Lecture 14: biosensors and liver function

Liver Disease in Europe

• 29 million people in Europe have chronic liver disease

• Cirrhosis = 170,000 deaths/year

• 1.8% of all deaths

• Large variation across Europe

• more prevalent in males

• alcohol is a main cause of liver cirrhosis

• liver disease is increasing

Liver disease causes premature death

•Liver disease is the 3rd biggest cause of premature (≤65 years) death in the UK

•Results in 62,000 years of working life lost each year

Natural history of chronic liver disease

• Histology: large nuclei = metabolically active

• Fibrosis is a commonality of liver injury

• Fibrotic tissue is non functional and contracts to prevent blood supply to hepatocytes

• HCC = hepatocellular carcinoma: primary tumour in liver

Progression of Cirrhosis

Compensated Cirrhosis:

• The liver is severely scarred

• but enough healthy cells in your liver to perform its functions adequately

• Ascites: fluid build up in abdomen

Decompensated Cirrhosis:

• liver is not capable of performing all of its normal functions, resulting in several complications

• eg: fluid retention, varicies (blood vessels sag) and mental confusion from ammonium ions (encephalopathy)

Decompensated cirrhosis can be unpredictable….

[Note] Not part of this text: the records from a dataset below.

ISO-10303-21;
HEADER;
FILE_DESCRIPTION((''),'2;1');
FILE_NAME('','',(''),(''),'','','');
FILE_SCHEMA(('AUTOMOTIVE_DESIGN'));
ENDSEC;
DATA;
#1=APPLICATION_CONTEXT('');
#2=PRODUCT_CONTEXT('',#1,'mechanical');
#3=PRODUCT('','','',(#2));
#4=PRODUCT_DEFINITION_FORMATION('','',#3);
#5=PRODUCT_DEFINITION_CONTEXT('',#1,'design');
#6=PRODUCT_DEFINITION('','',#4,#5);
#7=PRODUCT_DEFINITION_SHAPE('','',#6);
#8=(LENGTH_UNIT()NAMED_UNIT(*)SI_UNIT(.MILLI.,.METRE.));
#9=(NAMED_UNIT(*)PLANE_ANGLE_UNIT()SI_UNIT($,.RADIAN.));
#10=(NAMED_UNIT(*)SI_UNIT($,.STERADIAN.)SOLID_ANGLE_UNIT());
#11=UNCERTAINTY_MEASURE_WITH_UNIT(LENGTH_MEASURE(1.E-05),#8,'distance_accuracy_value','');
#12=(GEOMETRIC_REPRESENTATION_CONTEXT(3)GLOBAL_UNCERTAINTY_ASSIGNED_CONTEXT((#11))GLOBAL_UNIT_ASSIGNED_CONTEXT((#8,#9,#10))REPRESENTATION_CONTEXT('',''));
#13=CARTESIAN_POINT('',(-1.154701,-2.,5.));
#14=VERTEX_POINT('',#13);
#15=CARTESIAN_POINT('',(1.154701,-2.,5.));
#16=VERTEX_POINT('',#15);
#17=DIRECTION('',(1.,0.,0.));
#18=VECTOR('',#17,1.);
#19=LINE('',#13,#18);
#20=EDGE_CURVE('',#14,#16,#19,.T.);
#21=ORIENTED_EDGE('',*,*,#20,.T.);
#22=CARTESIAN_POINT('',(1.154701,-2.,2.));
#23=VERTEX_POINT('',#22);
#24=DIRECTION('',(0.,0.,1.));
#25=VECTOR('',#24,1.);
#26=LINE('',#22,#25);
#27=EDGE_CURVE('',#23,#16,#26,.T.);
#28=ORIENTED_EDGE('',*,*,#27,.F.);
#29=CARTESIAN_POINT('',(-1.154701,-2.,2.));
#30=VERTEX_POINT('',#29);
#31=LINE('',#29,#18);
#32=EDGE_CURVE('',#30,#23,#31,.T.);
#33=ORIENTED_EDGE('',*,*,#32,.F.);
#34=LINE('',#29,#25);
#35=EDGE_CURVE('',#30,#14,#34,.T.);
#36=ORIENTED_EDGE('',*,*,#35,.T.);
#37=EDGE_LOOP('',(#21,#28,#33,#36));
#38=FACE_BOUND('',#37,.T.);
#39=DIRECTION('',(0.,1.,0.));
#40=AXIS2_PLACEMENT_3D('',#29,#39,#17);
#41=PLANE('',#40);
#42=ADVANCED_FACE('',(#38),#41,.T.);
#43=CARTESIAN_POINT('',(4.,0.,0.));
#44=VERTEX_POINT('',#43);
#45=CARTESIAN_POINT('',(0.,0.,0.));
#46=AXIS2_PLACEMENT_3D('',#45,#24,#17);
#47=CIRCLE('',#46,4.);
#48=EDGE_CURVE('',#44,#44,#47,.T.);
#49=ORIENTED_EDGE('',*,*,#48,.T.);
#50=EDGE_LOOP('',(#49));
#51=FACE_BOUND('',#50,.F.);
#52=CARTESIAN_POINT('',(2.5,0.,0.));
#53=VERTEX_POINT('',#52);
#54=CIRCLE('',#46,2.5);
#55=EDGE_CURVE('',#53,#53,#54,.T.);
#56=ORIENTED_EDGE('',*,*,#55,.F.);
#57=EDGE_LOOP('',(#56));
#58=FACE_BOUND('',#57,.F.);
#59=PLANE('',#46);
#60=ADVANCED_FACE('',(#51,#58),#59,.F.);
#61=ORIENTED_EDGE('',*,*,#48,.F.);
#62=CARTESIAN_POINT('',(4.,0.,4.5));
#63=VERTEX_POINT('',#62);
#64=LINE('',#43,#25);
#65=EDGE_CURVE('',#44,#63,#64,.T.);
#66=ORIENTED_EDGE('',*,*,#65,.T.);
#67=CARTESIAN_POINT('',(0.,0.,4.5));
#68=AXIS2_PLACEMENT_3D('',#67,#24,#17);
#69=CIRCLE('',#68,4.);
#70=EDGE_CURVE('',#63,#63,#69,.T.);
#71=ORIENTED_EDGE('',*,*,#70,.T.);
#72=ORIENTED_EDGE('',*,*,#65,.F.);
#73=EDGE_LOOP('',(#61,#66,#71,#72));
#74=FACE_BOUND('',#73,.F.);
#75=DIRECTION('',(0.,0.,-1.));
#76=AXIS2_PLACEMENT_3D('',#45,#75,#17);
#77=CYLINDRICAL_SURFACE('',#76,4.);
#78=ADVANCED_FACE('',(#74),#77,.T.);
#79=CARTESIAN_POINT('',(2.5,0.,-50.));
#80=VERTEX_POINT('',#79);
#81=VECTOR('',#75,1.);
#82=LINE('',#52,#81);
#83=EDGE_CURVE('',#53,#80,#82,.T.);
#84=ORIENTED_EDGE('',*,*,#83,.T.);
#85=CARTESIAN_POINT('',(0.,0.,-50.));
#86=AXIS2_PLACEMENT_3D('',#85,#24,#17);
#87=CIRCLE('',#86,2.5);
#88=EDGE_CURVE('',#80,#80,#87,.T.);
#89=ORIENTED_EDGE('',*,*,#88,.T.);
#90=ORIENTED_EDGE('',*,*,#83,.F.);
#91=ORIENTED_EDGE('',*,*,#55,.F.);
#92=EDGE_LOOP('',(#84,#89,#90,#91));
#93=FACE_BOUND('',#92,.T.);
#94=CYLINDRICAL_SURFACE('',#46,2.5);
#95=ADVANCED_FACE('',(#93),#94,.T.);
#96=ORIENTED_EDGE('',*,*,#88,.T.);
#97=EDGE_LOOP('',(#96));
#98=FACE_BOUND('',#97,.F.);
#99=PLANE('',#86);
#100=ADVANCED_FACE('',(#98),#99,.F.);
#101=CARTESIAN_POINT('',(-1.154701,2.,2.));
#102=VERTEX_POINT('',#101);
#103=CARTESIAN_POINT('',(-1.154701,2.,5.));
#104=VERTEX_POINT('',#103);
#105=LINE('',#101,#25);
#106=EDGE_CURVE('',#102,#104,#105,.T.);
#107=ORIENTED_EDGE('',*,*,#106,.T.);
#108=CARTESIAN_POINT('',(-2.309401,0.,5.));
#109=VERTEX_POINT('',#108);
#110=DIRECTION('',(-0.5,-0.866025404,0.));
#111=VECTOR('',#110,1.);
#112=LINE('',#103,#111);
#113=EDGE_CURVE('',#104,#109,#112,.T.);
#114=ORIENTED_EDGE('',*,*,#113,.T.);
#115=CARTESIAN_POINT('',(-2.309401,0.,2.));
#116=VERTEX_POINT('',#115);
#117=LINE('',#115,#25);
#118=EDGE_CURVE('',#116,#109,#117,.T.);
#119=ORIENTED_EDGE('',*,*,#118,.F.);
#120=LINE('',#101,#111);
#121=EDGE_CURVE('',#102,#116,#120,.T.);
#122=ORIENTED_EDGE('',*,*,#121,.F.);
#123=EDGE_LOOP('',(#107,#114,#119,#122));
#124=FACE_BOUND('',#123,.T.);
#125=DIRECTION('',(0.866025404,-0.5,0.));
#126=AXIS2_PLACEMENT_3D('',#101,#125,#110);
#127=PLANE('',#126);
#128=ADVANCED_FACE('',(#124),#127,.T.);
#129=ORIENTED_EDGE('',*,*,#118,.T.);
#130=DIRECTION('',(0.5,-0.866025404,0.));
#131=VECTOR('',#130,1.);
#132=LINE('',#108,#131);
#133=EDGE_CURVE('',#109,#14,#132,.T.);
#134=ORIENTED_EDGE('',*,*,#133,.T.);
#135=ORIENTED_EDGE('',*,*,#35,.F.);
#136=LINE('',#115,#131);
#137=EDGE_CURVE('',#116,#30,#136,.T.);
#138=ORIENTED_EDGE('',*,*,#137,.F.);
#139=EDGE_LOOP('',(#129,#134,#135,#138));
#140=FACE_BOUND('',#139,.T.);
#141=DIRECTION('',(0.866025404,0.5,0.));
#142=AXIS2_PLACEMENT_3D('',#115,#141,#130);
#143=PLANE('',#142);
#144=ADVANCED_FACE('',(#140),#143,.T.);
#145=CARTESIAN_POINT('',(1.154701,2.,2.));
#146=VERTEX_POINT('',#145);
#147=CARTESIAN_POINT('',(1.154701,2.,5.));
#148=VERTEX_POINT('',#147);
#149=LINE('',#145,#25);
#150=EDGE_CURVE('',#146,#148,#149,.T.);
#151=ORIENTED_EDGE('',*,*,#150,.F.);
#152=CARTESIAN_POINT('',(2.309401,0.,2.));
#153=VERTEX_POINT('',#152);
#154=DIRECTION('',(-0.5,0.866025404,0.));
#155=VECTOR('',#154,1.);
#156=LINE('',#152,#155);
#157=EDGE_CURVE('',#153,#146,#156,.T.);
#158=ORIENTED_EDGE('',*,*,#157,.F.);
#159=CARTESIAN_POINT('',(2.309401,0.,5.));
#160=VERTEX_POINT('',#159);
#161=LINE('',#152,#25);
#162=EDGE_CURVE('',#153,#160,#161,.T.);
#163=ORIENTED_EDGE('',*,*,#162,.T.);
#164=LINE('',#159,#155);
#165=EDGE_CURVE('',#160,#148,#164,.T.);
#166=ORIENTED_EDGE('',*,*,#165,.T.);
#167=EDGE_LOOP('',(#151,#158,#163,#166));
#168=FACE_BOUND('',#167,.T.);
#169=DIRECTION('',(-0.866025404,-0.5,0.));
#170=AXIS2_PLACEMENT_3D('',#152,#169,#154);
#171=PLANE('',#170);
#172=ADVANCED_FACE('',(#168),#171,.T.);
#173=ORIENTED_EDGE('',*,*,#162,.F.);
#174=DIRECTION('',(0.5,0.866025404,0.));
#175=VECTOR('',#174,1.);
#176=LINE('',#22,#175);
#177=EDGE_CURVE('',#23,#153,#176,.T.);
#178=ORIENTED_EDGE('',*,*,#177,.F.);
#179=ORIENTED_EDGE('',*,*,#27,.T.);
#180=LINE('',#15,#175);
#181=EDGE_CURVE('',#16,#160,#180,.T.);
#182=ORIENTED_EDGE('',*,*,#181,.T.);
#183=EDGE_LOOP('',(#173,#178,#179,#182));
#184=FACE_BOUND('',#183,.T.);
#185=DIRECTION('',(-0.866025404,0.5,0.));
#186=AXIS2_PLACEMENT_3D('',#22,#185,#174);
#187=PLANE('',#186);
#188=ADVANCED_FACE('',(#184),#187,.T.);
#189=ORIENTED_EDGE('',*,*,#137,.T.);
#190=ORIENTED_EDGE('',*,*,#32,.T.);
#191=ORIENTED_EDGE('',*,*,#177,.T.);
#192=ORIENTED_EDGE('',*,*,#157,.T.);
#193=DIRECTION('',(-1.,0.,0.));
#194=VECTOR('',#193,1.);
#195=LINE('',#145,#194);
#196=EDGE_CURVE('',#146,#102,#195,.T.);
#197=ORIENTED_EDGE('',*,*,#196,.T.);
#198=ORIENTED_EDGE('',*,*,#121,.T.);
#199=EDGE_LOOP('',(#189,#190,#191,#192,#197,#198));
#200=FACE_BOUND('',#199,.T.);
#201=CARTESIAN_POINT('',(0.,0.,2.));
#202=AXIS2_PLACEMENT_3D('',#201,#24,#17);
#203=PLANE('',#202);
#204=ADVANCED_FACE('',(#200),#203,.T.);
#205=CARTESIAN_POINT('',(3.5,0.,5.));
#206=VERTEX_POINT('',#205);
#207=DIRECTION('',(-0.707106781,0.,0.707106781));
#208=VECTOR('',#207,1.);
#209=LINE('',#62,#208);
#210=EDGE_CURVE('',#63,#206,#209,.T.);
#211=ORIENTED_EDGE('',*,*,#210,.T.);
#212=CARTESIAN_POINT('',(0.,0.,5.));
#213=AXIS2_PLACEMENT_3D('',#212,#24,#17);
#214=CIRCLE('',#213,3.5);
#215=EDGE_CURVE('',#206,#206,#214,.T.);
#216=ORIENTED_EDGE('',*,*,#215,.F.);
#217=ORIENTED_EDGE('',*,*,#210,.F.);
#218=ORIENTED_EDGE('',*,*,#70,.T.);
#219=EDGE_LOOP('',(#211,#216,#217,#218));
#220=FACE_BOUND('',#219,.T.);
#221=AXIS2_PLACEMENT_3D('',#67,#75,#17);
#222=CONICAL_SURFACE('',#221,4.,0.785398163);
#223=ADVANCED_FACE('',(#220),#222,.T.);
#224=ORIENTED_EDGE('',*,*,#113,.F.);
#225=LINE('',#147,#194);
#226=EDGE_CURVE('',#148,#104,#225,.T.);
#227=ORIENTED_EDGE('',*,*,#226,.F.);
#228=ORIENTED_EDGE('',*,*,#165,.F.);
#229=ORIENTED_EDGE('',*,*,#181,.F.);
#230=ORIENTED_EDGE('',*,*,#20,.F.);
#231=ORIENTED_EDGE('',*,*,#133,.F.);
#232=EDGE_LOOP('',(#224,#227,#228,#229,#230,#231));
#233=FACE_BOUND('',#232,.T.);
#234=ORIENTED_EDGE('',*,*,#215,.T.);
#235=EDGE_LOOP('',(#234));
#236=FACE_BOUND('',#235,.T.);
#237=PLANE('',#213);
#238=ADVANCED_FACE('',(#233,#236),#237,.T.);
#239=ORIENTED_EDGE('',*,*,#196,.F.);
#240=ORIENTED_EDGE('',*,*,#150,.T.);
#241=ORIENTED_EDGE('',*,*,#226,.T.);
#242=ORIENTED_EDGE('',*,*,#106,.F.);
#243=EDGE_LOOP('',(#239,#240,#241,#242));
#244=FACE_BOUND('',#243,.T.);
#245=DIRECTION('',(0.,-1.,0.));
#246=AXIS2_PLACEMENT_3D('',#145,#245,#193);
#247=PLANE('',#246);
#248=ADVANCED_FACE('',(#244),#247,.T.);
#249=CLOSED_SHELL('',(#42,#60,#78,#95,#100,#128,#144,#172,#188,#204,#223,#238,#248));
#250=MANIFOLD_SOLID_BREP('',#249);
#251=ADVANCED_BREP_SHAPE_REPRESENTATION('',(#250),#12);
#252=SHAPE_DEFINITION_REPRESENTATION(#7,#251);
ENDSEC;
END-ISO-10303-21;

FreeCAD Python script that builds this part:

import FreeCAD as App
import Part
import Sketcher
from FreeCAD import Vector
Q = App.Units.Quantity


def edges_at(feature, points):
    """Names of the edges that pass closest to the given points."""
    edges = feature.Shape.Edges
    near = lambda p: min(range(len(edges)), key=lambda i: edges[i].distToShape(Part.Vertex(*p))[0])
    return sorted({f"Edge{near(p) + 1}" for p in points})


def add_polygon(sketch, points):
    """Adds a closed chain of lines whose ends are joined by coincident constraints."""
    first, n = sketch.GeometryCount, len(points)
    for a, b in zip(points, points[1:] + points[:1]):
        sketch.addGeometry(Part.LineSegment(App.Vector(*a, 0), App.Vector(*b, 0)), False)
    for i in range(n):
        sketch.addConstraint(Sketcher.Constraint("Coincident", first + i, 2, first + (i + 1) % n, 1))

doc = App.newDocument("Part")
params = doc.addObject("Spreadsheet::Sheet", "Params")
for row, (alias, value) in enumerate([
    ("sketch1_diameter", "8 mm"),
    ("pad1_length", "5 mm"),
    ("pocket1_length", "3 mm"),
    ("sketch3_diameter", "5 mm"),
    ("pad2_length", "50 mm"),
    ("chamfer_size", "0.5 mm"),
], start=1):
    params.set(f"A{row}", alias)
    params.set(f"B{row}", "=" + value)
    params.setAlias(f"B{row}", alias)

body = doc.addObject("PartDesign::Body", "Body")

sketch1 = body.newObject("Sketcher::SketchObject", "Sketch")
sketch1.AttachmentSupport = (doc.getObject("XY_Plane"), [""])
sketch1.MapMode = "FlatFace"
sketch1.addGeometry(Part.Circle(Vector(0, 0, 0), Vector(0, 0, 1), 4), False)
sketch1.addConstraint(Sketcher.Constraint("Coincident", 0, 3, -1, 1))
sketch1.addConstraint(Sketcher.Constraint("Diameter", 0, 8.0))
sketch1.setExpression("Constraints[1]", "Params.sketch1_diameter")
pad1 = body.newObject("PartDesign::Pad", "Pad")
pad1.Profile = sketch1
pad1.setExpression("Length", "Params.pad1_length")

sketch2 = body.newObject("Sketcher::SketchObject", "Sketch001")
sketch2.AttachmentSupport = (doc.getObject("XY_Plane"), [""])
sketch2.MapMode = "FlatFace"
sketch2.AttachmentOffset = App.Placement(Vector(0, 0, 2), App.Rotation())
add_polygon(sketch2, [(-1.2, -2), (1.2, -2), (2.3, 0), (1.2, 2), (-1.2, 2), (-2.3, 0)])
sketch2.addConstraint(Sketcher.Constraint("Horizontal", 0))
sketch2.addConstraint(Sketcher.Constraint("Horizontal", 3))
sketch2.addConstraint(Sketcher.Constraint("Symmetric", 0, 2, 3, 2, -1, 1))
sketch2.addConstraint(Sketcher.Constraint("Symmetric", 1, 2, 4, 2, -1, 1))
sketch2.addConstraint(Sketcher.Constraint("PointOnObject", 1, 2, -1))
sketch2.addConstraint(Sketcher.Constraint("Parallel", 2, 5))
sketch2.addConstraint(Sketcher.Constraint("Vertical", 0, 2, 2, 2))
sketch2.addConstraint(Sketcher.Constraint("Angle", 1, Q("60 deg")))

1. patient enter decompensation

2. emergency hospital admission

3. initial treatment (LVP/diuretics/Lax)

4. optimisation (weight/ U&Es/ cognitive function

5. Discharge

6. Community follow up (OPD or GP)

d-LIVER: Why? A clinical perspective

• To use technology to move management of end-stage liver disease (ESLD) patients out of the clinic and into the home or near-home setting

• To improve quality and length of life by dynamic management of complications (daily, not monthly)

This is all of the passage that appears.